Reading a color image:
The RGB image that I use here is of size 497 x 248 and the format is ‘uint8’.
MATLAB code:
data=fread(fp,[248 497*3]);
RGB=zeros([248 497 3]);


Download link: color_image.img

The file content is read into a matrix of size [248 497*3]. The matrix ‘data’ contains Red component, Green component and the blue component. The file format used here is ‘uint8’.
Now let’s see how the data is stored in the file and how it will be retrieved to view in MATLAB.
Consider an RGB matrix of size 5x5. This means that the total pixels in the file will be 5x5x3.So we need to read the 5x5 pixels of Red component, 5x5 pixels of Green component and 5x5 Blue component. All the components are stored in a single matrix and then it is separated as R,G and B components.
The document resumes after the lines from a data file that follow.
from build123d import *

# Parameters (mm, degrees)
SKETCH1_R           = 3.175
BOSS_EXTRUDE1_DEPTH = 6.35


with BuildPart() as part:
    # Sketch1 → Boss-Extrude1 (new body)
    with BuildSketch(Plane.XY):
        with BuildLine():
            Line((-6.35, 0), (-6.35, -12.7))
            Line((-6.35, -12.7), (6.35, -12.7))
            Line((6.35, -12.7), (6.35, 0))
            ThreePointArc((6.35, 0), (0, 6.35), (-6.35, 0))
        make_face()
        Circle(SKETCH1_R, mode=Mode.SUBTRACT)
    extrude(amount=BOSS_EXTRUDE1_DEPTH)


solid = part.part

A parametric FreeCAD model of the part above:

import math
import FreeCAD as App
import Part
import Sketcher
Q = App.Units.Quantity

doc = App.newDocument("Part")
body = doc.addObject("PartDesign::Body", "Body")

# Sketch on XY plane
sketch1 = body.newObject("Sketcher::SketchObject", "Sketch")
sketch1.AttachmentSupport = (doc.getObject("XY_Plane"), [""])
sketch1.MapMode = "FlatFace"
sketch1.addGeometry([
    Part.LineSegment(App.Vector(-6.3, 0, 0), App.Vector(-6.3, -12.7, 0)),  # 0
    Part.LineSegment(App.Vector(-6.3, -12.7, 0), App.Vector(6.3, -12.7, 0)),  # 1
    Part.LineSegment(App.Vector(6.3, -12.7, 0), App.Vector(6.3, 0, 0)),  # 2
    Part.ArcOfCircle(Part.Circle(App.Vector(0, 0, 0), App.Vector(0, 0, 1), 6.3), math.radians(0), math.radians(180)),  # 3
    Part.Circle(App.Vector(0, 0, 0), App.Vector(0, 0, 1), 3.2),  # 4
], False)
sketch1.addConstraint([
    Sketcher.Constraint("Coincident", 0, 2, 1, 1),
    Sketcher.Constraint("Coincident", 1, 2, 2, 1),
    Sketcher.Constraint("Tangent", 2, 2, 3, 1),
    Sketcher.Constraint("Tangent", 3, 2, 0, 1),
    Sketcher.Constraint("Vertical", 0),
    Sketcher.Constraint("Horizontal", 1),
    Sketcher.Constraint("Vertical", 2),
    Sketcher.Constraint("Coincident", 3, 3, -1, 1),
    Sketcher.Constraint("Coincident", 4, 3, -1, 1),
    Sketcher.Constraint("Equal", 1, 0),
    Sketcher.Constraint("Diameter", 4, Q("0.25 in")),
    Sketcher.Constraint("Radius", 3, Q("0.25 in")),
])
pad1 = body.newObject("PartDesign::Pad", "Pad")
pad1.Profile = sketch1
pad1.Length = Q("0.25 in")

doc.recompute()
In the above image, I1 represents the Red, Green and Blue components separately. And ‘data’ is the contents stored inside the file. All the 3 components are stored adjacent to each other in the file.
Reading Complex Image:
In a complex image, the real and imaginary part of the pixel will be stored adjacent to each other.
All the coherent systems generate complex data such as Synthetic Aperture Radar images, Ultrasound images etc.
MATLAB code:
%Read complex data
full_data=fread(fp,[746*2 3680],'double');

Download Link: Vesuvius_cmplx.img
The above example image (View of Mount Vesuvius) is an incoherent image which is captured from the illumination of sun. This image does not contain imaginary part or phase. So I manually added a constant phase just for the purpose of making it complex image.
In general, the first row will be real part and the next row will be imaginary part in the complex data file i.e. Real and Imaginary parts will be alternating in each row. This format may differ based on the method of storing the file.
The matrix full_data contains the real and imaginary parts in alternate rows. The ‘complex_data’ which is the final matrix contains the complex data.

Image Format is important!
The data type of the content stored in the file is important as it may misinterpret the data if not mentioned correctly.
For instance, Intensity format SAR images are usually in the double format ie the maximum pixel value can exceed 255.
Consider a matrix A of type ‘double’ if the matrix is converted into unsigned integer of 8 bit format then the value greater than 255 will be rounded up to 255.

After the Matrix A of data type ‘double’ converted to Matrix B of ‘uint8’, the values such as 300,150000 and 89999 are converted to the highest range limit of uint8 ie 255. And the decimal point, 4.44 is rounded up to 4.
Machine Format also need to be considered!
Based on the platform the machine format changes.

Big Endian format:
MATLAB code:
fp = fopen('Vesuvius.dat','r','b');
Imgsize = [746 3680];
Img = fread(fp,Imgsize,'float32');

Little Endian format:
fp = fopen('Vesuvius.dat','r','l');
Imgsize = [746 3680];
Img = fread(fp,Imgsize,'float32');
If the machine format is mentioned explicitly then the file is read in the mentioned order. For instance, consider a file stored in 'Little endian format' but if it is opened in 'Big endian format' then file will be not be read correct. It is also based on the format the local machine supports.